Another powerful tool for solving particular reactor problems is given by the Monte Carlo method, which replaces a deterministic problem by an analogous one consisting of a game to be played many times. These numerical calculations which make use of statistical variables can be used to simulate the physical phenomena actually happening in a reactor where the neutrons have a stochastic behaviour. A high number of neutron

histories are simulated on the computer, every interesting event is recorded and statistical averages are calculated. Random numbers are used to decide at which place collisions occur and of which type they are (absorption, scattering, etc.). Although only a series of numbers can be defined as random, one speaks usually of random numbers. They are usually generated by arithmetic procedures in the range between 0 and 1.

Apart from the actual simulation of the physical phenomena the Monte Carlo method can be used to obtain numerical solutions of integral or differential equations in many space dimensions. Seen from this second point of view the Monte Carlo methods can be thought of as a numerical tool for solving the Boltzmann transport equation.

An example of the stochastic methods for a non-stochastic problem can be given by the evaluation of the area under the curve of Fig. 4.3. N random points can be chosen within the dotted rectangle and if M is the number of points falling below the curve the area can be obtained after having calculated the ratio M/N. The accuracy of the calculation will of course depend on number of points chosen. Equally well known is the example of the dice. The problem consists of determining whether a dice presents any irregularity in its geometry or mass distribution. The normal solution consists in performing a number of physical measurements on the dice, the Monte Carlo solution consist of playing many times with it in order to determine whether there is any irregularity in the distribution of the results of the game.

The result of a Monte Carlo calculation is, of course, a statistical variable and its accuracy is roughly inversely proportional to the square root of the number of events contributing to it (e. g. number of neutrons undergoing a collision in a certain region). This means that the number of variables which can be calculated by this method should be relatively small in order not to increase enormously the computational effort required (e. g. it is relatively easy to calculate the total neutron flux in a region, but it becomes very difficult to have its accurate space and energy distribution within this region). The square root law means also that in order to increase the accuracy of a calculation by a factor of 10 one must increase the number of samples by a factor of 100 so that it can be very expansive to increase the accuracy beyond a certain limit.
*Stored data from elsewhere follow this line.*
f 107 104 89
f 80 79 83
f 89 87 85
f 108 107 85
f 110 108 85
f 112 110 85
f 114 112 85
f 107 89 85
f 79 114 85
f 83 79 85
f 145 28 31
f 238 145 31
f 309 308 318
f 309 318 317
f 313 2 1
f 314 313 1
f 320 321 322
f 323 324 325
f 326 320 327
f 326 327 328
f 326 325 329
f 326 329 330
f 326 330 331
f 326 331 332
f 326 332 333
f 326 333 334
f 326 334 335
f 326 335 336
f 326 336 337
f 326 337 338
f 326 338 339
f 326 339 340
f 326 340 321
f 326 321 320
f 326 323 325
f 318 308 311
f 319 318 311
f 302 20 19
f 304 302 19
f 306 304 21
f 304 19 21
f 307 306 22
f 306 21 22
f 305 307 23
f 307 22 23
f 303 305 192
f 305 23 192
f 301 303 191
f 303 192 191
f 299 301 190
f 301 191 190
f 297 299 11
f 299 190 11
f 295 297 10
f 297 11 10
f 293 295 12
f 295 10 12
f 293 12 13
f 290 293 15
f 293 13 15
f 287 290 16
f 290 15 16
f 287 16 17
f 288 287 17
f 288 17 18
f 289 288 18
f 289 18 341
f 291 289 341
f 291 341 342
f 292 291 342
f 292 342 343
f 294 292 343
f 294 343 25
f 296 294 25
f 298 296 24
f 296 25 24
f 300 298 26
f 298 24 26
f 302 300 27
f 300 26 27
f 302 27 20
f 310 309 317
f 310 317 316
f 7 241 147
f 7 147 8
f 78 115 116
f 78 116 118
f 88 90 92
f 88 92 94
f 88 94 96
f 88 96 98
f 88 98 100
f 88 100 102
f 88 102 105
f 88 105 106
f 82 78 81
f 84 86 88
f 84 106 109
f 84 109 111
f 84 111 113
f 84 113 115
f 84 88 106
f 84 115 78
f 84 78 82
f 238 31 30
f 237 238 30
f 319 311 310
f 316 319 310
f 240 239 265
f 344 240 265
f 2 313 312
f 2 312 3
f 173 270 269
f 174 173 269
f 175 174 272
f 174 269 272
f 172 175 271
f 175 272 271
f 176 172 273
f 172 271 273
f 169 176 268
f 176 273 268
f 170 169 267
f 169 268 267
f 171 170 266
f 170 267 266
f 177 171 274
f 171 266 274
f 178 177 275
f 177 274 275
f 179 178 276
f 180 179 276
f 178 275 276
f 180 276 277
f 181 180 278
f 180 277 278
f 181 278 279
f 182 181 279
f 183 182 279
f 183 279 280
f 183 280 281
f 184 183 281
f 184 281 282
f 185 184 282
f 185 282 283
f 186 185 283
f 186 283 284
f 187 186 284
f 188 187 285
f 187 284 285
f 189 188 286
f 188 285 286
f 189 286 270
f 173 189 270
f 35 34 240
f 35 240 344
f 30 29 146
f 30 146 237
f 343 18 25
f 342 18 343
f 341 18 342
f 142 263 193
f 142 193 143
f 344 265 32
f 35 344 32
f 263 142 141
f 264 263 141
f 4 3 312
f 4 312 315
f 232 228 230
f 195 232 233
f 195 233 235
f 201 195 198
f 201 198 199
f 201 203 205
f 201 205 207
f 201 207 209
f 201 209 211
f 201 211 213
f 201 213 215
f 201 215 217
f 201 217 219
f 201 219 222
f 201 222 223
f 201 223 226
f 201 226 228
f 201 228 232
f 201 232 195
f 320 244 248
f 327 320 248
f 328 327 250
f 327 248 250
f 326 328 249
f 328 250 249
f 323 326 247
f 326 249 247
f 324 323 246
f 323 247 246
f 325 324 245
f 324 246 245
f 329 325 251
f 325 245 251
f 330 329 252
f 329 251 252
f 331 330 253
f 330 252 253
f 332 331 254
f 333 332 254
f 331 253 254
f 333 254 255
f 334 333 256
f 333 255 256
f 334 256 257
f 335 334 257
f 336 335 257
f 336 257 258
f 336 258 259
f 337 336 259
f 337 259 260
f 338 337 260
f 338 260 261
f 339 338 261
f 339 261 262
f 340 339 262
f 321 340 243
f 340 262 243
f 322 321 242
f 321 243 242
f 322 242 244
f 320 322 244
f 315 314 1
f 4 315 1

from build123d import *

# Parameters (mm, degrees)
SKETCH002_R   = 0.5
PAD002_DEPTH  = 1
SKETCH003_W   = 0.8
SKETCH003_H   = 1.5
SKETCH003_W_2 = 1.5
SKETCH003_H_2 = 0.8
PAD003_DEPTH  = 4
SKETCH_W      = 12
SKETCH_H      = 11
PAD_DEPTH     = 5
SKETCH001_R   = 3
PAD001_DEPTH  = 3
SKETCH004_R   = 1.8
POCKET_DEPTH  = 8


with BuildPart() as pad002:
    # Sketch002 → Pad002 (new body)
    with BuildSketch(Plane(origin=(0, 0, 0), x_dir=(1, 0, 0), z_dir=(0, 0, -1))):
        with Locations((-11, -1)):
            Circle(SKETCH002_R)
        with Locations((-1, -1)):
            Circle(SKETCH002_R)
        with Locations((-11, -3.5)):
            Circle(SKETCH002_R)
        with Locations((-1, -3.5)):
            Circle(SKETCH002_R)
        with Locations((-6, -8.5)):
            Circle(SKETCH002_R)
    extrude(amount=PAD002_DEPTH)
On the other hand, with Monte Carlo methods the transition to a higher number of dimensions implies only a linear increase in computing effort. In the above-mentioned example of the calculation of an area under a curve a numerical integration would have been much more efficient, but for a similar problem in a five — or six-dimensional system the Monte Carlo method would have been more advantageous.

This means that it is relatively easy to calculate with Monte Carlo methods complicated three-dimensional geometries for which S„ codes could prove impossible for most computers now available. Usually the particles which are followed by these computer calculations represent more than one neutron. The number of neutrons represented is called weight of the particle. In this way if, for example, a collision has a 20% absorption and 80% scattering probability the weight after collision is reduced by the factor 0.8, while the rest is recorded as absorbed.

Monte Carlo methods can be very inefficient in some cases and it is then necessary to modify the game in order to reduce the variance or error. For example, in many cases there are neutrons that because of their position, energy and direction can contribute more than others to the final answers. A typical example is given by the study of neutron attenuation through a shield in which, without special variance reduction techniques, an enormous number of neutrons should be followed across the shield in order to have a few neutrons at the end of it. One of the methods of variance reduction consists of changing the weight of the particles, so that regions of high interest are studied by means of many particles having little weight while regions of lower interest are studied by few particles having high weight. Weights can be changed as particles cross given space or energy boundaries. An increase of weight is performed by a game called “Russian Roulette” in which the particle has a probability p of surviving and 1 — p of being killed. The surviving particles are followed with a weight increased by the factor 1 Ip as imposed by the conservation of the number of neutrons. The opposite game, consisting in a decrease in weight and subsequent increase of the number of particles, is called splitting. The Russian Roulette can also be used in cases in which it is not of interest to follow particles with very low weight. Monte Carlo methods are also used successfully to calculate the effect of localized perturbations in a reactor. In that case the unperturbed case is first calculated and then weight standards are chosen so as to enhance greatly the diffusion of particles into the perturbing region. In the field of high-temperature-reactor design Monte Carlo methods, while unsuitable for complete reactor calculations, can be used to treat a number of detailed problems. Among these we can mention resonance absorption calculations, neutron streaming through big holes, shielding. In this last field the Monte Carlo method is very often the only possibility of obtaining sufficiently accurate results. The criticism which is often made to Monte Carlo calculations is that they provide results, but give very little information on the physical phenomena determining them. (For details see ref. 22.)